Uniform convergence implies convergence of suprema?

Question

Let $f_n:M \rightarrow \mathbb{R}, M \subset \mathbb{R}, n\in \mathbb{N}$ be a sequence of continuous functions that converges uniformly on $M$ to a continuous function $f:M \rightarrow \mathbb{R}$. Moreover suppose that we have $x_n,x^\star \in M$ such that $$ f_n(x)<f_n(x_n) \quad \text{for all } x \neq x_n \qquad \text{and} \qquad f(x)<f(x^\star) \quad \text{for all } x \neq x^\star.$$ If $M$ is compact, we have $x_n \rightarrow x^\star$. Is this also true for non-compact $M$?

Answer 1

It's not true for non-compact $M$. Here's a counterexample: Define for $x\in M:={\mathbb R}$ $$f(x):=|1-2e^{-x^2}|.$$ The relevant properties of $f$ are that it is continuous with a unique maximum at $x^\star:=0$, at which $f$ takes value $1$, but also $f(x)$ increases to $1$ quickly as $x\to\infty$.

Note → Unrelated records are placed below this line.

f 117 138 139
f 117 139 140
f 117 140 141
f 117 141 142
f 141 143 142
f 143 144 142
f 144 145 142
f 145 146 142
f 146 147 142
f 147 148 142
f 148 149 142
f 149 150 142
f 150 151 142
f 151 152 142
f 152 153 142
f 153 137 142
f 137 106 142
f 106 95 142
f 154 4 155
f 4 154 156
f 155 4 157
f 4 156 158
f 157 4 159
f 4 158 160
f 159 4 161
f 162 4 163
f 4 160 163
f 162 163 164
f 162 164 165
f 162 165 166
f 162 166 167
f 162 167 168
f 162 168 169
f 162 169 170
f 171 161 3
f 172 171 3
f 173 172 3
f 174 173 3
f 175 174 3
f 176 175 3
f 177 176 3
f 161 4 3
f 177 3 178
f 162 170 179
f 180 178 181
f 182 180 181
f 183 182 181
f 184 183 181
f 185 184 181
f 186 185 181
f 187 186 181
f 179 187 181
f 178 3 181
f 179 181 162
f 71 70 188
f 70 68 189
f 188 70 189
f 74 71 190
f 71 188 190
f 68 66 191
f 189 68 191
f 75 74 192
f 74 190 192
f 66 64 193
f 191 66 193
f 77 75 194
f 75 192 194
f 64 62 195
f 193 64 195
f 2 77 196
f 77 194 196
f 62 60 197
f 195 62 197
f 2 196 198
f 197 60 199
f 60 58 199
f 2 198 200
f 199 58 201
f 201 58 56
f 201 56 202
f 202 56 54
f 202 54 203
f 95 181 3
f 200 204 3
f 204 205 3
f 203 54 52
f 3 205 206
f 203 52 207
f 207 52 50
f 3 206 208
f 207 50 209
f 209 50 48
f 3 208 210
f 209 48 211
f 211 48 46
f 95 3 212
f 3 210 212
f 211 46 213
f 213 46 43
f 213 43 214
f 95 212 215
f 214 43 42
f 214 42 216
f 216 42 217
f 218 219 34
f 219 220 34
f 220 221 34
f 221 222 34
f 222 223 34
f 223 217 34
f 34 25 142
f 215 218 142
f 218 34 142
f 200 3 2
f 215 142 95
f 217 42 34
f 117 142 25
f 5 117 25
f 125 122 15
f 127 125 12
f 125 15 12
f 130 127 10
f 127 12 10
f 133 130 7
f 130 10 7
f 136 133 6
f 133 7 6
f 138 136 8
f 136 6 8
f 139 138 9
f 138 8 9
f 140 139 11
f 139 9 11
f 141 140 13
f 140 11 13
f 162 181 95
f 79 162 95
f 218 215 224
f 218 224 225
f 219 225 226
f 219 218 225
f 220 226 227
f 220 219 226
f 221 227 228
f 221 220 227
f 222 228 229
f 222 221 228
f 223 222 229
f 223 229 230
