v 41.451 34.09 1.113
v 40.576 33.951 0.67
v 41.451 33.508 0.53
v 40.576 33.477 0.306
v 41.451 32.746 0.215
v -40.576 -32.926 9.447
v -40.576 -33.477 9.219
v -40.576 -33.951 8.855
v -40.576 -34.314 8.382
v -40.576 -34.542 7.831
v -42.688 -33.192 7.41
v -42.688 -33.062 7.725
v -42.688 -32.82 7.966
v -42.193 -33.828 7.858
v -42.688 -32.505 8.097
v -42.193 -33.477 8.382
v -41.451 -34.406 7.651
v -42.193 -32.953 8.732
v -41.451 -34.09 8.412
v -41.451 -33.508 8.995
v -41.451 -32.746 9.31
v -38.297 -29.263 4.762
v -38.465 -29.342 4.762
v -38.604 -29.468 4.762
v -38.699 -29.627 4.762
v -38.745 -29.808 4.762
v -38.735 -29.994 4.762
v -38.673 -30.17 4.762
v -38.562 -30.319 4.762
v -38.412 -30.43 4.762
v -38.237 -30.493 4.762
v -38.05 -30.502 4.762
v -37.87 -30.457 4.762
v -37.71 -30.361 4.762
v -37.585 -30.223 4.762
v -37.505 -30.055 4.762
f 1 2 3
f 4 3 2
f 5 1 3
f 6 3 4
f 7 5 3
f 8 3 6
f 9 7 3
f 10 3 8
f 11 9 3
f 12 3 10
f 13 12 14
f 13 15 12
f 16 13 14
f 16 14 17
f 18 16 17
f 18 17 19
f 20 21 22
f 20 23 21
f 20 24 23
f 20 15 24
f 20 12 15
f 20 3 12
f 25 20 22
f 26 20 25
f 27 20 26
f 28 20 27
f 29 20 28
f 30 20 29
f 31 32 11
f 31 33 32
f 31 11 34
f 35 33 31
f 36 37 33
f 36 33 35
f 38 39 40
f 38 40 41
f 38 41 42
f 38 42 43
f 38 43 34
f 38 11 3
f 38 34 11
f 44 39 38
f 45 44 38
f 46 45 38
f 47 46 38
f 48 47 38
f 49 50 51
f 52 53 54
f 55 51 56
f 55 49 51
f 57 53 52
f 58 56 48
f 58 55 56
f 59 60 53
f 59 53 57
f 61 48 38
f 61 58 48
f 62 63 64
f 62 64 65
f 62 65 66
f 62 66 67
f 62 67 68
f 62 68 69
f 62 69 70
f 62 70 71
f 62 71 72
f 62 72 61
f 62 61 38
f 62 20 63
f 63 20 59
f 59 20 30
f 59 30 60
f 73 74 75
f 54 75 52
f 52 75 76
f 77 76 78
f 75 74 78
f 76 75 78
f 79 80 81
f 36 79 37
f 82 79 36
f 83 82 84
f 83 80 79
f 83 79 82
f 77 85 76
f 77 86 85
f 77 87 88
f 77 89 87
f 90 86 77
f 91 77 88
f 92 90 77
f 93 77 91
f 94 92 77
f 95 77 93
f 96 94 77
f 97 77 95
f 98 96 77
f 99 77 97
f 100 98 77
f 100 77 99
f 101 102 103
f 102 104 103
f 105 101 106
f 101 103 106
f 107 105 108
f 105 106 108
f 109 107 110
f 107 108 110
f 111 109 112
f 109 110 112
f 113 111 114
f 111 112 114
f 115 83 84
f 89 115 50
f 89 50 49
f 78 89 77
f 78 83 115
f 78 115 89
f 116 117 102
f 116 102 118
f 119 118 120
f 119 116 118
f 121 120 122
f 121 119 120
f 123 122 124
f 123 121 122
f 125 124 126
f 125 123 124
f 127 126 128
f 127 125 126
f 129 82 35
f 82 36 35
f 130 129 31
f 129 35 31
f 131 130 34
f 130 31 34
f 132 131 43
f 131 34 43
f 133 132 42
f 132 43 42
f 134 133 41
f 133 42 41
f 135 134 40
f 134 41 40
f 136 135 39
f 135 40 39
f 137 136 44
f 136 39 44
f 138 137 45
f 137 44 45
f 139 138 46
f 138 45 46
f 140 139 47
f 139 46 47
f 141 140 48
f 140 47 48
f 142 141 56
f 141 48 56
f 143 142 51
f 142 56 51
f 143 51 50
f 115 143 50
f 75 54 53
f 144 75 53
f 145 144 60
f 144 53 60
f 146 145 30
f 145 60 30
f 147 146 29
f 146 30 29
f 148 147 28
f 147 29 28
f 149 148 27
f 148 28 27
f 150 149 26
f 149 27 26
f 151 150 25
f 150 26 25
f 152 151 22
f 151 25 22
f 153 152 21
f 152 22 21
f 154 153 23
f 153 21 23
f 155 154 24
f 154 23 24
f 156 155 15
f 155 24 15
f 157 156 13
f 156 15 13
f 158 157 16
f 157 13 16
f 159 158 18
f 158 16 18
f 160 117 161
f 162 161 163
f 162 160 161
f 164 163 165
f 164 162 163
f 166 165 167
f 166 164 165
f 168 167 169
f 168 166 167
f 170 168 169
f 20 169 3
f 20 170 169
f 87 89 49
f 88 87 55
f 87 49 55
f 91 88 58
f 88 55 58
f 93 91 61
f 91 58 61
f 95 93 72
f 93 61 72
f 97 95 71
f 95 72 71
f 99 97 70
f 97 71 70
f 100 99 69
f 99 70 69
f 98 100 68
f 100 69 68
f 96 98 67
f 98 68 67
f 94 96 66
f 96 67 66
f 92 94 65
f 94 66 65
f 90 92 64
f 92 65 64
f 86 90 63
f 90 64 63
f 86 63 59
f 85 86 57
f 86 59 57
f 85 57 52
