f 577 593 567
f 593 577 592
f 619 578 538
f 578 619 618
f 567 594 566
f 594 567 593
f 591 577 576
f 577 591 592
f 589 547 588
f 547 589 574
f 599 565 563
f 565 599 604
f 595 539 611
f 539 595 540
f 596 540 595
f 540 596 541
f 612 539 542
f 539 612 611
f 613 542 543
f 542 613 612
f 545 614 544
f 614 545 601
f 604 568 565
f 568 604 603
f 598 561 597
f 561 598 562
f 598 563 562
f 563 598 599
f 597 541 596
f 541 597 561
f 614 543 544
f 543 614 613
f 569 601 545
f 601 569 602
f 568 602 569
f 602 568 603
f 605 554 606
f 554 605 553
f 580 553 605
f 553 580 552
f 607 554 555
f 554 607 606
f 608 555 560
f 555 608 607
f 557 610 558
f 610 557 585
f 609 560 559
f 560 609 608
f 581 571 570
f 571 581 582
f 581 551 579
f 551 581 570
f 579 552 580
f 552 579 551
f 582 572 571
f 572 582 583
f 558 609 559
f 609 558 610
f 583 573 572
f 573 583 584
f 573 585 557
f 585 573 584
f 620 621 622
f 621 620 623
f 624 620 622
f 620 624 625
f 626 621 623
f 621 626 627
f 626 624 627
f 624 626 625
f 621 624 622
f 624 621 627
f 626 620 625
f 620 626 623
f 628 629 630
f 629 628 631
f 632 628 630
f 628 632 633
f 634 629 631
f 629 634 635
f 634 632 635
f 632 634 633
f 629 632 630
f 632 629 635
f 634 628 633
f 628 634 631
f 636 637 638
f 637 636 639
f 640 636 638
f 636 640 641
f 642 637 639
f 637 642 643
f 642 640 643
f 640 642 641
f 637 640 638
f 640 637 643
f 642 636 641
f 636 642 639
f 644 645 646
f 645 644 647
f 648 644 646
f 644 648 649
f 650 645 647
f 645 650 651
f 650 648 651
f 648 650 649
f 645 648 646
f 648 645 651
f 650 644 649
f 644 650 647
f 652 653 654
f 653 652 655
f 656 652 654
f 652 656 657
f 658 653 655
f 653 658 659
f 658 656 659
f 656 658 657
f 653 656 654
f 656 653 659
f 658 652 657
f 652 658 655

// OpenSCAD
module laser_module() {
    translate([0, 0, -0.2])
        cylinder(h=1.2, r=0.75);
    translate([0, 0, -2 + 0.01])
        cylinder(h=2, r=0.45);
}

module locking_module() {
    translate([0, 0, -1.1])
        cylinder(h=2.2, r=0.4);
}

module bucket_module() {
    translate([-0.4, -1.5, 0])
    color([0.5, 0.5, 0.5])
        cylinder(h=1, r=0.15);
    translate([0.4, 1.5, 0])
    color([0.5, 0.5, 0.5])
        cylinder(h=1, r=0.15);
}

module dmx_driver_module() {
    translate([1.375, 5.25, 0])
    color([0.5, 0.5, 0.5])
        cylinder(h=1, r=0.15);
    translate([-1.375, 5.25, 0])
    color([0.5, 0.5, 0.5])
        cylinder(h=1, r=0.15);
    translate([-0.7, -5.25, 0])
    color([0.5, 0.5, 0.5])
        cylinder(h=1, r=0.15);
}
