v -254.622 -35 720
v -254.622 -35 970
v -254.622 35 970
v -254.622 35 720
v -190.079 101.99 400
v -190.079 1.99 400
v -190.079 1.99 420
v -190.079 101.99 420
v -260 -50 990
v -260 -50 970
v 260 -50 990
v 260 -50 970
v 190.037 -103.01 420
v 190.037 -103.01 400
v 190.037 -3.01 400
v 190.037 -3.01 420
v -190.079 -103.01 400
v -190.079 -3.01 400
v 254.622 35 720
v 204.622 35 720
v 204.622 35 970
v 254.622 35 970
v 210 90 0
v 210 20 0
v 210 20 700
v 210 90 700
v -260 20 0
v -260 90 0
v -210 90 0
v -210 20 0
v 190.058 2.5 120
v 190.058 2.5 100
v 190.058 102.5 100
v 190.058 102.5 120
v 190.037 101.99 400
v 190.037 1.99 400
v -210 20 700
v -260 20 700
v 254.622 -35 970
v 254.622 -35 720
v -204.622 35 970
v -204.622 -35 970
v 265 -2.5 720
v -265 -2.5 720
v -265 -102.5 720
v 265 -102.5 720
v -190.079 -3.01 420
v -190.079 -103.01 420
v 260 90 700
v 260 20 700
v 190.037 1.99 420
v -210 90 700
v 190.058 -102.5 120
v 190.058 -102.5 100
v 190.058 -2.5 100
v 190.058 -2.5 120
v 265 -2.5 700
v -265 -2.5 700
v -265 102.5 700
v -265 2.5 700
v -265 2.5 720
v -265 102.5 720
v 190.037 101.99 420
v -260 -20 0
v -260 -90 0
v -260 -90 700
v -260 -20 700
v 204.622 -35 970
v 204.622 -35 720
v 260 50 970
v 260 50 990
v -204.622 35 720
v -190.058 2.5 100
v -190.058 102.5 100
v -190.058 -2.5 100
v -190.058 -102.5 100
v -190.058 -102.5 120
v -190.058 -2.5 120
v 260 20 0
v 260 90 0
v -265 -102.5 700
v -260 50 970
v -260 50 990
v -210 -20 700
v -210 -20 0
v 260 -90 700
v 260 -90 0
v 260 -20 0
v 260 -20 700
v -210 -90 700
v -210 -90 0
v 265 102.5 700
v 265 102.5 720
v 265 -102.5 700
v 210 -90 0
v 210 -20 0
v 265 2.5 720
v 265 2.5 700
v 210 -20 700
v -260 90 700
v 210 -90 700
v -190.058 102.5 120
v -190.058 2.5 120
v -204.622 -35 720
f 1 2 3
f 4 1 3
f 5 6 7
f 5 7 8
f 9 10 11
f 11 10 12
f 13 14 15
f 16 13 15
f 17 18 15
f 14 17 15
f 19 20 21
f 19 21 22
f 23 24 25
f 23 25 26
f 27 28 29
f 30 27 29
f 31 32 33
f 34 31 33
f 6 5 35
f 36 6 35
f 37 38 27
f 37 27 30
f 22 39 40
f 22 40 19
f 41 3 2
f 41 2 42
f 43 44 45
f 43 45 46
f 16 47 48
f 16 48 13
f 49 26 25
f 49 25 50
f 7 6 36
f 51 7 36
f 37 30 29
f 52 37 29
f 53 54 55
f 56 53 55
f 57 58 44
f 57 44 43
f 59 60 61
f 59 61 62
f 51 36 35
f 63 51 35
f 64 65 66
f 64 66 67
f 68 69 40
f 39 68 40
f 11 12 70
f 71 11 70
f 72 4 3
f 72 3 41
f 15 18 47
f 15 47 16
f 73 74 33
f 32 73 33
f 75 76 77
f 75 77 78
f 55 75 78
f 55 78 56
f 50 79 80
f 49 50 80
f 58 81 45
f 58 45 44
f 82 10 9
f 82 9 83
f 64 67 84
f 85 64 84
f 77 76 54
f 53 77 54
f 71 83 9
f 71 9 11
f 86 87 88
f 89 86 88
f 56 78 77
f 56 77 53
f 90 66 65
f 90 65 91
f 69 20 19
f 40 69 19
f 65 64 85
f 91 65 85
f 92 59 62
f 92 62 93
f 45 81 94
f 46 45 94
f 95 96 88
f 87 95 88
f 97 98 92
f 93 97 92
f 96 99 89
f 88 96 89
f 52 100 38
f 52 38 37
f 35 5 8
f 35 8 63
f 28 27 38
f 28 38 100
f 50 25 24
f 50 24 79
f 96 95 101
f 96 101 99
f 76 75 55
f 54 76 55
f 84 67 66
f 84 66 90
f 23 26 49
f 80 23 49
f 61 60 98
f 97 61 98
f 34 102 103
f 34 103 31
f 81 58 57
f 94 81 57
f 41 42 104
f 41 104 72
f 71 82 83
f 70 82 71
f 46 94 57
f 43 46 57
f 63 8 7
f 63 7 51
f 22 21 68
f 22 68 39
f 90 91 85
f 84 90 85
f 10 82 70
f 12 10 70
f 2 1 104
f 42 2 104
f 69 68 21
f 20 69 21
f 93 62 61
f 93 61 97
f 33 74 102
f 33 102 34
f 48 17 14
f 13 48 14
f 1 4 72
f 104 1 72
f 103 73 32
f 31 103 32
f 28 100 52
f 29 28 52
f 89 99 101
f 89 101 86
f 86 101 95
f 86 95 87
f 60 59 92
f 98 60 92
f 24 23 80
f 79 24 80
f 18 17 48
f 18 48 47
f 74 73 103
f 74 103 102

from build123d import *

# Parameters (mm, degrees)
F0_W      = 50
F0_H      = 70
F1_DEPTH  = 700
F2_W      = 530
F2_H      = 100
F3_DEPTH  = 20
F5_W      = 380.115924
F5_H      = 100
F6_DEPTH  = 20
F7_W      = 50
F7_H      = 70
F8_DEPTH  = 250
F9_W      = 520
F9_H      = 100
F10_DEPTH = 20
F12_W     = 380.115925
F12_H     = 100
F13_DEPTH = 20


with BuildPart() as f1:
    # F0 (on Top) → F1 (new body)
    with BuildSketch(Plane.XY):
        with Locations((-235, -55)):
            Rectangle(F0_W, F0_H)
        with Locations((-235, 55)):
            Rectangle(F0_W, F0_H)
        with Locations((235, 55)):
            Rectangle(F0_W, F0_H)
        with Locations((235, -55)):
            Rectangle(F0_W, F0_H)
    extrude(amount=F1_DEPTH)


with BuildPart() as f3:
    # F2 (on face) → F3 (new body)
    with BuildSketch(Plane.XY.offset(700)):
        with Locations((0, -52.5)):
            Rectangle(F2_W, F2_H)
        with Locations((0, 52.5)):
            Rectangle(F2_W, F2_H)
    extrude(amount=F3_DEPTH)


with BuildPart() as f6:
    # F5 (on offset) → F6 (new body)
    with BuildSketch(Plane.XY.offset(100)):
        with Locations((0, -52.5)):
            Rectangle(F5_W, F5_H)
        with Locations((0, 52.5)):
            Rectangle(F5_W, F5_H)
    extrude(amount=F6_DEPTH)


with BuildPart() as f8:
    # F7 (on face) → F8 (new body)
    with BuildSketch(Plane.XY.offset(720)):
        with Locations((-229.621953, 0)):
            Rectangle(F7_W, F7_H)
        with Locations((229.621953, 0)):
            Rectangle(F7_W, F7_H)
    extrude(amount=F8_DEPTH)


with BuildPart() as f10:
    # F9 (on face) → F10 (new body)
    with BuildSketch(Plane.XY.offset(970)):
        Rectangle(F9_W, F9_H)
    extrude(amount=F10_DEPTH)


with BuildPart() as f13:
    # F12 (on offset) → F13 (new body)
    with BuildSketch(Plane.XY.offset(400)):
        with Locations((-0.021234, -53.009988)):
            Rectangle(F12_W, F12_H)
        with Locations((-0.021234, 51.990012)):
            Rectangle(F12_W, F12_H)
    extrude(amount=F13_DEPTH)


solid = Compound([f1.part, f3.part, f6.part, f8.part, f10.part, f13.part])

Now let $t_n$ be a triangle with base width $1$ and height $\frac1n$ centered at $x=n$, and define $f_n:=f+t_n$. Then each $f_n$ is continuous, $(f_n)$ converges uniformly to $f$, but the maximum value for $f_n$ will occur at $x_n=n$ (since $f_n(n)=1-2e^{-n^2}+\frac1n>1$ for every $n$). Thus as $n\to\infty$, $x_n$ escapes to infinity rather than converging to $x^\star$.